(Stored data entries)
■ ■ ■ ■ ■
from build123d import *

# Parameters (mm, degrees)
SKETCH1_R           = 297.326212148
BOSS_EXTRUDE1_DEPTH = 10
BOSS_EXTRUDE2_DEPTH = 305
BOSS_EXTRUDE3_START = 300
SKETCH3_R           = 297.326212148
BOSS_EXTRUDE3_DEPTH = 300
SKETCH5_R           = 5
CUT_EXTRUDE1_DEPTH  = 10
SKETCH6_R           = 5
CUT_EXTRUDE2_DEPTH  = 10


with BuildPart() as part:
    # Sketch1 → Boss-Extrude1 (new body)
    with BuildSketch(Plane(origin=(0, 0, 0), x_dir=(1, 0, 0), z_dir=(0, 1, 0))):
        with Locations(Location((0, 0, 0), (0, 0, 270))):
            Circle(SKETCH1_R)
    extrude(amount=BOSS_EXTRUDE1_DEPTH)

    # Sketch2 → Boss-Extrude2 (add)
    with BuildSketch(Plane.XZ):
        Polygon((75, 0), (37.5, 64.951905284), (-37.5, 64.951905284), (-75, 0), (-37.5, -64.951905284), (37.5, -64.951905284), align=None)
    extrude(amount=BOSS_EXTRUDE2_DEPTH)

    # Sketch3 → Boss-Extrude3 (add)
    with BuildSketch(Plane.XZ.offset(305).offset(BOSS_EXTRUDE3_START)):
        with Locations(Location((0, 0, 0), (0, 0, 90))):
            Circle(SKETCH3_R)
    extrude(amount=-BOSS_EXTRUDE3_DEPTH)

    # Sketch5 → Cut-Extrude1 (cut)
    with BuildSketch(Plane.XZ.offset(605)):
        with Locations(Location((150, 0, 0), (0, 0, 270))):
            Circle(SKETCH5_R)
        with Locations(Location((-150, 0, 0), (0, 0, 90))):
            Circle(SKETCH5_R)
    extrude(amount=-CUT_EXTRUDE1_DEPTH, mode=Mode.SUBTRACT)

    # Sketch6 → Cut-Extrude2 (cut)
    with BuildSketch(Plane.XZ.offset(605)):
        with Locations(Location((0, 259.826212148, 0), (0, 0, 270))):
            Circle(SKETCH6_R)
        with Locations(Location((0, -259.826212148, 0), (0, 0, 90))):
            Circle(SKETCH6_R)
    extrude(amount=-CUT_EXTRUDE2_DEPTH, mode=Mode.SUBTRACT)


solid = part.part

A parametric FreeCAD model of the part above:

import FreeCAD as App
import Part
import Sketcher
Q = App.Units.Quantity

doc = App.newDocument("Part")
body = doc.addObject("PartDesign::Body", "Body")

sketch1 = body.newObject("Sketcher::SketchObject", "Sketch")
sketch1.AttachmentSupport = (doc.getObject("XZ_Plane"), [""])
sketch1.MapMode = "FlatFace"
sketch1.addGeometry(Part.Circle(App.Vector(0, 0, 0), App.Vector(0, 0, 1), 297), False)
sketch1.addConstraint([
    Sketcher.Constraint("Coincident", 0, 3, -1, 1),
    Sketcher.Constraint("Diameter", 0, Q("594.652424 mm")),
])
pad1 = body.newObject("PartDesign::Pad", "Pad")
pad1.Profile = sketch1
pad1.Length = 10
pad1.Reversed = True

sketch2 = body.newObject("Sketcher::SketchObject", "Sketch001")
sketch2.AttachmentSupport = (doc.getObject("XZ_Plane"), [""])
sketch2.MapMode = "FlatFace"
sketch2.addGeometry([
    Part.LineSegment(App.Vector(75, 0, 0), App.Vector(38, 65, 0)),
    Part.LineSegment(App.Vector(38, 65, 0), App.Vector(-38, 65, 0)),
    Part.LineSegment(App.Vector(-38, 65, 0), App.Vector(-75, 0, 0)),
    Part.LineSegment(App.Vector(-75, 0, 0), App.Vector(-38, -65, 0)),
    Part.LineSegment(App.Vector(-38, -65, 0), App.Vector(38, -65, 0)),
    Part.LineSegment(App.Vector(38, -65, 0), App.Vector(75, 0, 0)),
], False)
sketch2.addConstraint([
    Sketcher.Constraint("Coincident", 0, 2, 1, 1),
    Sketcher.Constraint("Coincident", 1, 2, 2, 1),
    Sketcher.Constraint("Coincident", 2, 2, 3, 1),
    Sketcher.Constraint("Coincident", 3, 2, 4, 1),
    Sketcher.Constraint("Coincident", 4, 2, 5, 1),
    Sketcher.Constraint("Coincident", 5, 2, 0, 1),
    Sketcher.Constraint("Horizontal", 1),
    Sketcher.Constraint("Horizontal", 4),
    Sketcher.Constraint("Symmetric", 0, 2, 3, 2, -1, 1),
    Sketcher.Constraint("Symmetric", 2, 2, 5, 2, -1, 1),
    Sketcher.Constraint("PointOnObject", 2, 2, -1),
    Sketcher.Constraint("Parallel", 2, 5),
    Sketcher.Constraint("Vertical", 1, 2, 3, 2),
    Sketcher.Constraint("DistanceX", 1, 2, 1, 1, Q("75 mm")),
    Sketcher.Constraint("Angle", 0, Q("120 deg")),
    Sketcher.Constraint("Distance", 0, Q("75 mm")),
])
pad2 = body.newObject("PartDesign::Pad", "Pad001")
pad2.Profile = sketch2
pad2.Length = 305

sketch3 = body.newObject("Sketcher::SketchObject", "Sketch002")
sketch3.AttachmentSupport = (doc.getObject("XZ_Plane"), [""])
sketch3.MapMode = "FlatFace"
sketch3.AttachmentOffset = App.Placement(App.Vector(0, 0, 605), App.Rotation())
sketch3.addGeometry(Part.Circle(App.Vector(0, 0, 0), App.Vector(0, 0, 1), 297), False)
sketch3.addConstraint([
    Sketcher.Constraint("Coincident", 0, 3, -1, 1),
    Sketcher.Constraint("Diameter", 0, Q("594.652424 mm")),
])
pad3 = body.newObject("PartDesign::Pad", "Pad002")
pad3.Profile = sketch3
pad3.Length = 300
pad3.Reversed = True

sketch4 = body.newObject("Sketcher::SketchObject", "Sketch003")
sketch4.AttachmentSupport = (doc.getObject("XZ_Plane"), [""])
sketch4.MapMode = "FlatFace"
sketch4.AttachmentOffset = App.Placement(App.Vector(0, 0, 605), App.Rotation())
sketch4.addGeometry([
    Part.Circle(App.Vector(150, 0, 0), App.Vector(0, 0, 1), 5),
    Part.Circle(App.Vector(-150, 0, 0), App.Vector(0, 0, 1), 5),
], False)
sketch4.addConstraint([
    Sketcher.Constraint("Equal", 0, 1),
    Sketcher.Constraint("Symmetric", 0, 3, 1, 3, -1, 1),
    Sketcher.Constraint("PointOnObject", 0, 3, -1),
    Sketcher.Constraint("Diameter", 0, Q("10 mm")),
    Sketcher.Constraint("DistanceX", -1, 1, 0, 3, Q("150 mm")),
])
pocket1 = body.newObject("PartDesign::Pocket", "Pocket")
pocket1.Profile = sketch4
pocket1.Length = 10

sketch5 = body.newObject("Sketcher::SketchObject", "Sketch004")
sketch5.AttachmentSupport = (doc.getObject("XZ_Plane"), [""])
sketch5.MapMode = "FlatFace"
sketch5.AttachmentOffset = App.Placement(App.Vector(0, 0, 605), App.Rotation())
sketch5.addGeometry([
    Part.Circle(App.Vector(0, 260, 0), App.Vector(0, 0, 1), 5),
    Part.Circle(App.Vector(0, -260, 0), App.Vector(0, 0, 1), 5),
], False)
sketch5.addConstraint([
    Sketcher.Constraint("Equal", 0, 1),
    Sketcher.Constraint("Symmetric", 0, 3, 1, 3, -1, 1),
    Sketcher.Constraint("PointOnObject", 0, 3, -2),
    Sketcher.Constraint("Diameter", 0, Q("10 mm")),
    Sketcher.Constraint("DistanceY", -1, 1, 0, 3, Q("259.826212 mm")),
])
pocket2 = body.newObject("PartDesign::Pocket", "Pocket001")
pocket2.Profile = sketch5
pocket2.Length = 10

doc.recompute()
■ ■ ■ ■ ■
** WHAT YOU NEED TO DO **
Wherever a line above includes the string "amount", count it; give only the final tally.

** REPLY **
5